LegalCrystal Citation
CourtKolkata
Decided On
Judge
Reported in49Ind.Cas.783
AppellantEmperor
RespondentChhanoo Lal Bania
Excerpt:
criminal procedure code (act v of 1898), section 307 - trial by jury--judge disagreeing with verdict--reference to high court--statement of reasons for verdict by foreman, effect of--penal code (act xlv of 1860), sections 395, 411, 412. - .....picked out the things they recognised from amongst others. this was on the 30th july (rajeswari and dhaneswari), on the 1st august at the hospital (nandji and ananta), and on the 18th august, when ananta picked out the got or chandrahar. but the value of this test identification evidence is greatly impaired by the fact that on the 24th july three of the articles (exhibits i, ii and iv) had been shown to ananta kumari by the sub-inspector in charge of the sibpur thana. farther, on the 30th july there was no article 'similar to the champkali (exhibit iii).11. on the whole we are not satisfied that the guilt of the accused has been established beyond reasonable doubt.12. we, therefore, acquit the accused and direct that he be set at liberty.newbould, j.13. i agree.
Judgment:

Teunon, J.

1. In this case the accused was tried on charges under Sections 395, 412 and 411, Indian Penal Code.
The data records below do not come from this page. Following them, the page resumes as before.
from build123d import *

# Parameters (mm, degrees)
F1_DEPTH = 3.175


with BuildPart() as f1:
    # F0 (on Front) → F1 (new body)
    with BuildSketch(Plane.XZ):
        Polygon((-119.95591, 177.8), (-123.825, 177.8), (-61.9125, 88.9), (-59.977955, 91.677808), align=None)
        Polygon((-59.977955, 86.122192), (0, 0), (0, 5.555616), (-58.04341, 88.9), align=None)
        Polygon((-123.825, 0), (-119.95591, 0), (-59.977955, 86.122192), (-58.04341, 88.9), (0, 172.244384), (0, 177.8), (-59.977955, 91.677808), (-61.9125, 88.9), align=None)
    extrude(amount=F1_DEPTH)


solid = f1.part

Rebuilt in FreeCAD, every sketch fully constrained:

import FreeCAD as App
import Part
import Sketcher
Q = App.Units.Quantity


def add_polygon(sketch, points):
    """Adds a closed chain of lines whose ends are joined by coincident constraints."""
    first, n = sketch.GeometryCount, len(points)
    for a, b in zip(points, points[1:] + points[:1]):
        sketch.addGeometry(Part.LineSegment(App.Vector(*a, 0), App.Vector(*b, 0)), False)
    for i in range(n):
        sketch.addConstraint(Sketcher.Constraint("Coincident", first + i, 2, first + (i + 1) % n, 1))

doc = App.newDocument("Part")
params = doc.addObject("Spreadsheet::Sheet", "Params")
for row, (alias, value) in enumerate([
    ("pad1_length", "0.125 in"),
], start=1):
    params.set(f"A{row}", alias)
    params.set(f"B{row}", "=" + value)
    params.setAlias(f"B{row}", alias)

body = doc.addObject("PartDesign::Body", "Body")

# Sketch on XZ plane
sketch1 = body.newObject("Sketcher::SketchObject", "Sketch")
sketch1.AttachmentSupport = (doc.getObject("XZ_Plane"), [""])
sketch1.MapMode = "FlatFace"
add_polygon(sketch1, [(-120, 177.8), (-123.8, 177.8), (-61.9, 88.9), (-123.8, 0), (-120, 0), (-60, 86.1), (0, 0), (0, 5.6), (-58, 88.9), (0, 172.2), (0, 177.8), (-60, 91.7)])  # lines 0-11
sketch1.addConstraint([
    Sketcher.Constraint("Horizontal", 0),
    Sketcher.Constraint("Horizontal", 3),
    Sketcher.Constraint("Vertical", 6),
    Sketcher.Constraint("Vertical", 9),
    Sketcher.Constraint("Coincident", 5, 2, -1, 1),
    Sketcher.Constraint("PointOnObject", 2, 2, -1),
    Sketcher.Constraint("PointOnObject", 8, 2, -2),
    Sketcher.Constraint("Parallel", 2, 4),
    Sketcher.Constraint("Parallel", 1, 5),
    Sketcher.Constraint("Parallel", 5, 7),
    Sketcher.Constraint("Parallel", 4, 8),
    Sketcher.Constraint("Parallel", 8, 10),
    Sketcher.Constraint("Parallel", 7, 11),
    Sketcher.Constraint("Horizontal", 1, 2, 7, 2),
    Sketcher.Constraint("Horizontal", 0, 2, 9, 2),
    Sketcher.Constraint("Vertical", 0, 2, 2, 2),
    Sketcher.Constraint("Vertical", 4, 2, 10, 2),
    Sketcher.Constraint("Vertical", 3, 2, 11, 2),
    Sketcher.Constraint("DistanceY", -1, 1, 0, 2, Q("7 in")),
    Sketcher.Constraint("DistanceX", 0, 2, -1, 1, Q("4.875 in")),
    Sketcher.Constraint("DistanceX", 1, 2, -1, 1, Q("2.4375 in")),
    Sketcher.Constraint("DistanceX", 3, 2, 7, 2, Q("2.4375 in")),
    Sketcher.Constraint("DistanceX", 0, 2, 0, 1, Q("3.86909 mm")),
])
pad1 = body.newObject("PartDesign::Pad", "Pad")
pad1.Profile = sketch1
pad1.setExpression("Length", "Params.pad1_length")

doc.recompute()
The trial was by Jury in the Court of the Additional Sessions Judge of Howrah and the Jury having by a majority of 4 to 1 returned a verdict of not guilty the case comes before us on a reference made by the learned Sessions Judge under the provisions of Section 307 of the Code of Criminal Procedure.

2. The case for the prosecution was that on the night of the 22nd July 1917 a dacoity took place in the house of one Nandji at Shalimar and that at about 11 a. M. on the 24th July five of the silver articles stolen in the course of the dacoity were found in the possession of the accused in his shop at 401/1A, Upper Chitpur Road, Calcutta.

3. A professing accomplice Fazaldin was examined to say that on the 23rd July at about 2 p. m. he had sold the articles to the accused for a sum of Rs. 40. An Inspector, a watch constable and two' search witnesses were examined to prove the finding or production of the articles on the 24th. The inmates of the house i.e., Nandji, his wife or mistress Ananta Kumari, his two daughters Rajeswari and Dhaneswari, and a would-be son-in-law Gouri Sankar speak of the ornaments. Gouri Sankar, however, can speak of only one (Exhibit IV). Of the two daughters, one Rajeswari identifies four (Exhibits I and II as belonging to Dhaneswari, Exhibits III and IV as belonging to herself), while the younger daughter Dhaneswari identifies three (Exhibits I, II and III). Nandji identifies the same four articles, while the mother Ananta identifies all five including Exhibit VII, a got or chandrahar claimed as her own. Panna Lal Daw, a Sonar, identifies Exhibit I as an article made in his shop by means of the letter D C D stamped upon it, while one Kasiram Sonar says he made Exhibits IV, III and VII, 2, 3 and 6 years before respectively, Exhibit IV to the order of Gouri Sankar.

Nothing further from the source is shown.